Les migrations, rendues inévitables par les différences de niveau de vie et le réchauffement climatique, amènent en terres longtemps chrétiennes un peuplement à majorité musulmane, qui ne reconnaît pas la séparation du religieux et du politique, et que la sécularisation gène dans sa référence au Coran, livre dicté par Dieu. La religion chrétienne est largement la plus persécutée au monde, et ce sont les chrétiens africains qui paient le plus lourd tribut des persécutions : en 2020, 91% des chrétiens assassinés dans le monde, soit 4761 personnes sont Africains. En moins grand nombre, les musulmans sont également persécutés, notamment en Chine, en Inde, en Birmanie…

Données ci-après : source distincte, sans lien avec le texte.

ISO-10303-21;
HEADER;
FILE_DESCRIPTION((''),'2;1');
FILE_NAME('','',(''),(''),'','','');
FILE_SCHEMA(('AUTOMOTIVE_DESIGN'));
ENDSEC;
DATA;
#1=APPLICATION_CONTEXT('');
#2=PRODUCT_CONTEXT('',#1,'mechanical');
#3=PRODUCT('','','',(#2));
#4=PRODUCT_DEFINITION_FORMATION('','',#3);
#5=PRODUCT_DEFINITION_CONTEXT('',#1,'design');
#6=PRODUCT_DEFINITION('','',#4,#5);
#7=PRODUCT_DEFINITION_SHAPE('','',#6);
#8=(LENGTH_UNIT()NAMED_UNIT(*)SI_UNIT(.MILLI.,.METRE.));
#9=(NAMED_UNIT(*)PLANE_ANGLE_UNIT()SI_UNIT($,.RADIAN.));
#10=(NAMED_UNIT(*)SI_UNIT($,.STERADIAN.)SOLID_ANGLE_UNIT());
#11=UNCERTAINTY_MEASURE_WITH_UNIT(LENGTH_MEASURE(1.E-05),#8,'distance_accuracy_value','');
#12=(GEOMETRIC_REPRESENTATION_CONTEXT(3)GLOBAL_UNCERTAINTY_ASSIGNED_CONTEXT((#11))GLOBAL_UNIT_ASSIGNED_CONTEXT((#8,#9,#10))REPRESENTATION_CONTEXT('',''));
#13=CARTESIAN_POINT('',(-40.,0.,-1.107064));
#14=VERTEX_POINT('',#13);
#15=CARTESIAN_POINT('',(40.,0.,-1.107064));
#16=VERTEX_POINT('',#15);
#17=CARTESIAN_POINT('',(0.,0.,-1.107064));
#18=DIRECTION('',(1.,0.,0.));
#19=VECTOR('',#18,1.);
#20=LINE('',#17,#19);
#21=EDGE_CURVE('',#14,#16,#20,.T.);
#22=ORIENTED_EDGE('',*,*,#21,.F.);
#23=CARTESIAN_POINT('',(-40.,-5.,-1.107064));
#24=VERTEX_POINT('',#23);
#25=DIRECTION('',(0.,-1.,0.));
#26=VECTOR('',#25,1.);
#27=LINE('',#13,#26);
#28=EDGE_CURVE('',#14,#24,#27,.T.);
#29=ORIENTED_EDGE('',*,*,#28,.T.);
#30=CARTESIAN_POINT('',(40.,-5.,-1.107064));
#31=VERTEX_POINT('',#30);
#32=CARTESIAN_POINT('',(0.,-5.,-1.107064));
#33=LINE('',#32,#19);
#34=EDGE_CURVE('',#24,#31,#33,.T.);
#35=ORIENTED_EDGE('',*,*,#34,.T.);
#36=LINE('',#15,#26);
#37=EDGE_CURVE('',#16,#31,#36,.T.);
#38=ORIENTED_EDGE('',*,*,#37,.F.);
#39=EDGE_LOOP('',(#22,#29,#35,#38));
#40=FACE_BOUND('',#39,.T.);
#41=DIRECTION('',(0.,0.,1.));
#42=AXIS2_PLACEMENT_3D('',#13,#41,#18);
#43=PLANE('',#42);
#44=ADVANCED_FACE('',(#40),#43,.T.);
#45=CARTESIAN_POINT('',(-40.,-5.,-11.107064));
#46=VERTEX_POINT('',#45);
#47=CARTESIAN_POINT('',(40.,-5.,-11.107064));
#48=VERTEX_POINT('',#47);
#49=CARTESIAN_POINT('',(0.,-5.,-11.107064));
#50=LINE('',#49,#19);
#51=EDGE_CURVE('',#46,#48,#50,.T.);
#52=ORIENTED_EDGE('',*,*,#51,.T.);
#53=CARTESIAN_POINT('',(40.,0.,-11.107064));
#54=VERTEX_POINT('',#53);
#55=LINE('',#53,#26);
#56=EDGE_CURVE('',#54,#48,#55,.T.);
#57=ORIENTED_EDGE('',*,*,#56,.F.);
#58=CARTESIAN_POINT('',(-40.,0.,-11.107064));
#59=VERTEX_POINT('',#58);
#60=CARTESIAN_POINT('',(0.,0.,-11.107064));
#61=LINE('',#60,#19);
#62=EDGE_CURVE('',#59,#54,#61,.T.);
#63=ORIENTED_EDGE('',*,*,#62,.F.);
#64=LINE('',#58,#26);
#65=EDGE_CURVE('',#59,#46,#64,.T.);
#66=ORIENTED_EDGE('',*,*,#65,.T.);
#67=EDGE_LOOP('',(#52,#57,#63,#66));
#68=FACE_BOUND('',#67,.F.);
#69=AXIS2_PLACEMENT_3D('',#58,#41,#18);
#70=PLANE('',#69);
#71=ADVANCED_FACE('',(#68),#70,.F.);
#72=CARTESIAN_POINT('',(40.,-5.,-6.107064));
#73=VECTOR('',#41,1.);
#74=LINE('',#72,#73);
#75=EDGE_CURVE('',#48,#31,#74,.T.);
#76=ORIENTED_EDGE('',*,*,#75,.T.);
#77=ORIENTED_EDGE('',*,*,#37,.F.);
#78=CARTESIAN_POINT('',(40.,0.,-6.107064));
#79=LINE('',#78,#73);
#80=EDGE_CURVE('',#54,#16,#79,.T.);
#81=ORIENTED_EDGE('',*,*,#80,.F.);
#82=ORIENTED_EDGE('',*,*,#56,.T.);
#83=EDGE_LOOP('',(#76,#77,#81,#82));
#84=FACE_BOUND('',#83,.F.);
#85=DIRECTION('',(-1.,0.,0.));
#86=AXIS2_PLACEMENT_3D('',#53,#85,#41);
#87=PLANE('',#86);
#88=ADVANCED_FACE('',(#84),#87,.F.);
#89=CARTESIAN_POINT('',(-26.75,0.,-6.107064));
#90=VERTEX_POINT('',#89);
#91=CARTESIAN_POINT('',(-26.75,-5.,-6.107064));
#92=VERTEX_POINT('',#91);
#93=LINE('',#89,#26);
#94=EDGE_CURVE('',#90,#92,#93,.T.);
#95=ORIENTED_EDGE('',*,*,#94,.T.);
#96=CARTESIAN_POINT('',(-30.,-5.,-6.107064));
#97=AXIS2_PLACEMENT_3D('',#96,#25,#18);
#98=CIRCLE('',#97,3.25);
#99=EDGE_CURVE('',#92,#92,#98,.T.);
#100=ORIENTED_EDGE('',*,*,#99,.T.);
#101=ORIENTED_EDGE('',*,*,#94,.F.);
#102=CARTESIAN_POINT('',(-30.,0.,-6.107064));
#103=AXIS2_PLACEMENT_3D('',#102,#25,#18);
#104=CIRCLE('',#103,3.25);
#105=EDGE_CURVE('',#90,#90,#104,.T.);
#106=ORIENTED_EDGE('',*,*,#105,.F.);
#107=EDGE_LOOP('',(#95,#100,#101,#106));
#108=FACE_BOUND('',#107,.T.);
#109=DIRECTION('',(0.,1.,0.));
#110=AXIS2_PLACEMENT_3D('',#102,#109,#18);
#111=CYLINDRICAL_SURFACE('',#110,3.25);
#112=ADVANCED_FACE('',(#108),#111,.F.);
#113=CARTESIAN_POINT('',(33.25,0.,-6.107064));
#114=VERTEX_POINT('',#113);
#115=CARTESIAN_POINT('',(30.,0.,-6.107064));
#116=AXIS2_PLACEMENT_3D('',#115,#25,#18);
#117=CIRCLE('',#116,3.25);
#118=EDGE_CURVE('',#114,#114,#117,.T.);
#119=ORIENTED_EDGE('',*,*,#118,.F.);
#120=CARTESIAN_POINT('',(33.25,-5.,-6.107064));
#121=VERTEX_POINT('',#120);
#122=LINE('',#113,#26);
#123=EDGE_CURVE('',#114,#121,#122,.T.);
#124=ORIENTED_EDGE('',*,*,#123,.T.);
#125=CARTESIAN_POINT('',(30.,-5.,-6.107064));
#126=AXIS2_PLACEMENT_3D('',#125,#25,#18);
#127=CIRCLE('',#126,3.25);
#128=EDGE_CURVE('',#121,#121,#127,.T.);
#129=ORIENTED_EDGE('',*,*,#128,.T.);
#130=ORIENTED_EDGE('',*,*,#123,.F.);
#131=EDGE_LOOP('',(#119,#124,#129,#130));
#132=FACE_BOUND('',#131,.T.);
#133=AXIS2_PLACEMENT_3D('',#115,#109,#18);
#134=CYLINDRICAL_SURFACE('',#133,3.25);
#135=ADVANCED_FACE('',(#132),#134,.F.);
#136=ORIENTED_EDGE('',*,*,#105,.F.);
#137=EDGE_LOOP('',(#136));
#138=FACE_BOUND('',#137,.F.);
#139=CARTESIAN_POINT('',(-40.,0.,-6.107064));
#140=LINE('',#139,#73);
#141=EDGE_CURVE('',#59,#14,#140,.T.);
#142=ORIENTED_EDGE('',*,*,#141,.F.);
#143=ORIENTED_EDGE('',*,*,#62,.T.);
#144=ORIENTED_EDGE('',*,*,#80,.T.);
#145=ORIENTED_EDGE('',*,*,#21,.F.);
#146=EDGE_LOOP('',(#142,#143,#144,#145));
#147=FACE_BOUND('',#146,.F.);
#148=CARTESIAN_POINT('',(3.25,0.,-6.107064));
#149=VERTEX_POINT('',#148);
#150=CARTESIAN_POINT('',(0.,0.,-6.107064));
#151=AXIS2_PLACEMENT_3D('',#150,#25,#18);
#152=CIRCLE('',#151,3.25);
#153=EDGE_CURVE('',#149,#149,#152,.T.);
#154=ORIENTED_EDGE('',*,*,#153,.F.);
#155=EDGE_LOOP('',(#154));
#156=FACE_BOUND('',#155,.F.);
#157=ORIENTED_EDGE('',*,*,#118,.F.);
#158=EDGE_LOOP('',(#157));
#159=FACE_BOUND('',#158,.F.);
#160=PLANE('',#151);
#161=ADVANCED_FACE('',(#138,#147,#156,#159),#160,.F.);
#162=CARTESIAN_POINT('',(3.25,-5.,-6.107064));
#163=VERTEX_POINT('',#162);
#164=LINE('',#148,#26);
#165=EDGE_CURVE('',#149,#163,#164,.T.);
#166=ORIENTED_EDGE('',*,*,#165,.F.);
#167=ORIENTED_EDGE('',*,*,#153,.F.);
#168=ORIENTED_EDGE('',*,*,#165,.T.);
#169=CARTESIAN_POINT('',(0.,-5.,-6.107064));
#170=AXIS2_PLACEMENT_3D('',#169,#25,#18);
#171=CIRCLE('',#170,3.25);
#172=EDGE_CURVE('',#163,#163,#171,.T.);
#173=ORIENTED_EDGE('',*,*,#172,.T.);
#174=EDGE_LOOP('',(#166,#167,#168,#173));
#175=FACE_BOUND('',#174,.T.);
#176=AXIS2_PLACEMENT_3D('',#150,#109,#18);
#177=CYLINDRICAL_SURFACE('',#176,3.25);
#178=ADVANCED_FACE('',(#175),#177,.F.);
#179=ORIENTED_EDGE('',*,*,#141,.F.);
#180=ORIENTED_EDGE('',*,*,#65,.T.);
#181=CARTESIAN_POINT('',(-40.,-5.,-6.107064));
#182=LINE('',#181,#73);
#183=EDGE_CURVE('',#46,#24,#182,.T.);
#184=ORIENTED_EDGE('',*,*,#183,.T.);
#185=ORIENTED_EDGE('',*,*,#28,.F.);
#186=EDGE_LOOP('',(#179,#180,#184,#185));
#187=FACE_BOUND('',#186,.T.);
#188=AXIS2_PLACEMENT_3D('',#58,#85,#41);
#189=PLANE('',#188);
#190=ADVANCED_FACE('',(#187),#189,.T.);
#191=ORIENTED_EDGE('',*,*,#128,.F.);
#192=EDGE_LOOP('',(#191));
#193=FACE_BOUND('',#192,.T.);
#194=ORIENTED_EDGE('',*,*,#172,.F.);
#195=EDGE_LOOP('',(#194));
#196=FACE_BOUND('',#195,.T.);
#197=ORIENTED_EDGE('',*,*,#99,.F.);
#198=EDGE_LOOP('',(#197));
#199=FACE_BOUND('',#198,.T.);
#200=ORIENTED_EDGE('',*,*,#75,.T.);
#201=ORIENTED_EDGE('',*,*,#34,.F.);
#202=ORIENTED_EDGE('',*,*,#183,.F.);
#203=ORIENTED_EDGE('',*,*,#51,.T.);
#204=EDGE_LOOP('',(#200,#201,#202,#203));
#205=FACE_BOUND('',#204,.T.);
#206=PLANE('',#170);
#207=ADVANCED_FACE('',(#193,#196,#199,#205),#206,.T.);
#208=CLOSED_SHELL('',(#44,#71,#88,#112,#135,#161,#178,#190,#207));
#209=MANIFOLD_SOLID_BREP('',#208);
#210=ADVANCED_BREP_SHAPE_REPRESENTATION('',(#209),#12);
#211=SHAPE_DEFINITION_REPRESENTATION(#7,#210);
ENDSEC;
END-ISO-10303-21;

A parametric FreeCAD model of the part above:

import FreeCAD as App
import Part
import Sketcher
Q = App.Units.Quantity

doc = App.newDocument("Part")
params = doc.addObject("Spreadsheet::Sheet", "Params")
for row, (alias, value) in enumerate([
    ("sketch1_diameter", "6.5 mm"),
    ("sketch1_width", "80 mm"),
    ("sketch1_height", "10 mm"),
    ("pad1_length", "5 mm"),
    ("sketch2_diameter", "6.5 mm"),
    ("sketch2_width", "80 mm"),
    ("sketch2_height", "10 mm"),
    ("pad2_length", "5 mm"),
], start=1):
    params.set(f"A{row}", alias)
    params.set(f"B{row}", "=" + value)
    params.setAlias(f"B{row}", alias)

body = doc.addObject("PartDesign::Body", "Body")

# Sketch on XZ plane
sketch1 = doc.addObject("Sketcher::SketchObject", "Sketch")
body.addObject(sketch1)
sketch1.AttachmentSupport = (doc.XZ_Plane, [""])
sketch1.MapMode = "FlatFace"
sketch1.addGeometry([
    Part.LineSegment(App.Vector(-40, -1.1, 0), App.Vector(-40, -11.1, 0)),  # 0
    Part.LineSegment(App.Vector(-40, -11.1, 0), App.Vector(40, -11.1, 0)),  # 1
    Part.LineSegment(App.Vector(40, -11.1, 0), App.Vector(40, -1.1, 0)),  # 2
    Part.LineSegment(App.Vector(40, -1.1, 0), App.Vector(-40, -1.1, 0)),  # 3
    Part.Circle(App.Vector(-30, -6.1, 0), App.Vector(0, 0, 1), 3.2),  # 4
    Part.Circle(App.Vector(0, -6.1, 0), App.Vector(0, 0, 1), 3.2),  # 5
    Part.Circle(App.Vector(30, -6.1, 0), App.Vector(0, 0, 1), 3.2),  # 6
], False)
sketch1.addConstraint([
    Sketcher.Constraint("Coincident", 0, 2, 1, 1),
    Sketcher.Constraint("Coincident", 1, 2, 2, 1),
    Sketcher.Constraint("Coincident", 2, 2, 3, 1),
    Sketcher.Constraint("Coincident", 3, 2, 0, 1),
    Sketcher.Constraint("Vertical", 0),
    Sketcher.Constraint("Horizontal", 1),
    Sketcher.Constraint("Vertical", 2),
    Sketcher.Constraint("Horizontal", 3),
    Sketcher.Constraint("Equal", 4, 5),
    Sketcher.Constraint("Equal", 5, 6),
    Sketcher.Constraint("Symmetric", 4, 3, 6, 3, -2),
    Sketcher.Constraint("PointOnObject", 5, 3, -2),
    Sketcher.Constraint("Horizontal", 4, 3, 5, 3),
    Sketcher.Constraint("Diameter", 4, Q("6.5 mm")),
    Sketcher.Constraint("DistanceX", 1, 1, 1, 2, Q("80 mm")),
    Sketcher.Constraint("DistanceY", 0, 2, 0, 1, Q("10 mm")),
    Sketcher.Constraint("DistanceX", 4, 3, -1, 1, Q("30 mm")),
    Sketcher.Constraint("DistanceX", 0, 2, -1, 1, Q("40 mm")),
    Sketcher.Constraint("DistanceY", 0, 2, 4, 3, Q("5 mm")),
    Sketcher.Constraint("DistanceY", 4, 3, -1, 1, Q("6.107064 mm")),
])
sketch1.setExpression("Constraints[13]", "Params.sketch1_diameter")
sketch1.setExpression("Constraints[14]", "Params.sketch1_width")
sketch1.setExpression("Constraints[15]", "Params.sketch1_height")
pad1 = doc.addObject("PartDesign::Pad", "Pad")
body.addObject(pad1)
pad1.Profile = sketch1
pad1.setExpression("Length", "Params.pad1_length")

# Sketch on XZ plane
sketch2 = doc.addObject("Sketcher::SketchObject", "Sketch001")
body.addObject(sketch2)
sketch2.AttachmentSupport = (doc.XZ_Plane, [""])
sketch2.MapMode = "FlatFace"
sketch2.addGeometry([
    Part.LineSegment(App.Vector(-40, -1.1, 0), App.Vector(-40, -11.1, 0)),  # 0
    Part.LineSegment(App.Vector(-40, -11.1, 0), App.Vector(40, -11.1, 0)),  # 1
    Part.LineSegment(App.Vector(40, -11.1, 0), App.Vector(40, -1.1, 0)),  # 2
    Part.LineSegment(App.Vector(40, -1.1, 0), App.Vector(-40, -1.1, 0)),  # 3
    Part.Circle(App.Vector(-30, -6.1, 0), App.Vector(0, 0, 1), 3.2),  # 4
    Part.Circle(App.Vector(0, -6.1, 0), App.Vector(0, 0, 1), 3.2),  # 5
    Part.Circle(App.Vector(30, -6.1, 0), App.Vector(0, 0, 1), 3.2),  # 6
], False)
sketch2.addConstraint([
    Sketcher.Constraint("Coincident", 0, 2, 1, 1),
    Sketcher.Constraint("Coincident", 1, 2, 2, 1),
    Sketcher.Constraint("Coincident", 2, 2, 3, 1),
    Sketcher.Constraint("Coincident", 3, 2, 0, 1),
    Sketcher.Constraint("Vertical", 0),
    Sketcher.Constraint("Horizontal", 1),
    Sketcher.Constraint("Vertical", 2),
    Sketcher.Constraint("Horizontal", 3),
    Sketcher.Constraint("Equal", 4, 5),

Malgré les injonctions de Jésus : ‘’Rendez à César ce qui est à César et à Dieu ce qui est à Dieu’’ ou encore ‘’Mon Royaume n’est pas de ce monde’’, l’Europe a longtemps eu du mal à séparer le politique du religieux. C’est chose faite aujourd’hui, mais l’ouvrage sera-t-il à recommencer ? Des épreuves peut-être bien plus redoutables sembleraient menacer le monde chrétien occidental et le mener à sa sortie. ‘’La machine médiatique’’ joue sur les nerfs et les gisements émotionnels enfouis en chacun, les réseaux sociaux en rajoutent et nous détournent de la réflexion, de l’intériorité, du spirituel. Les démagogies électorales et publicitaires flattent à tout-va l’individu qui, en cas de réussite, croit en son seul mérite. S’il échoue, il rejette cette société américanisée de la compétition.
La promesse de ‘’l’Homme augmenté’’ par l’anthropotechnique arrivera-t-elle à faire oublier les promesses de l’au-delà ou celles des idéologies fasciste et communiste pour 1000 ans de bonheur ? La perte des illusions aura-t-elle raison du religieux emporté par le désenchantement général ? La démocratie sera-t-elle atteinte à son tour ?
Philippe Portier, docteur en philosophie, et Jean Paul Willaime, sociologue des religions, pensent que l’homme européen, s’il ne veut pas perdre toute identité, doit reconnaître qu’il est héritier du génie chrétien lequel, à travers les siècles, a produit une immense civilisation à vocation universelle. Cette dernière a permis l’éclosion et l’épanouissement de la liberté de conscience et du doute, qui la mèneront, peut-être, à sa perte. Civilisation de la possible permissivité dont les rejetons progressistes au service des droits sacrés de l’individu ne font pas écho dans bien des pays à la morale liée à la religion. Les identités sont devenues multiples, floues, mouvantes, éclatées… La modernité, hier triomphante, est devenue ‘’liquide’’. Qui suis-je vraiment, se demandent certains qui doutent de la bonne réponse ? Ainsi, la mollesse identitaire des uns entraîne la radicalité des autres, notamment des jeunes. À côté des salafistes musulmans, prospèrent en France les Évangéliques d’expression africaine : 10% des Protestants en 1960, 50%, aujourd’hui (phénomène mondial). Ils s’affirment hauts et fort, ne rasent pas les murs, notamment au Brésil et en Afrique. Les Protestants de France se veulent ‘’Les Vigies de la République’’ en matière bioéthique, écologique, liberté de culte dans leur grande tradition de liberté individuelle. Force de demain ?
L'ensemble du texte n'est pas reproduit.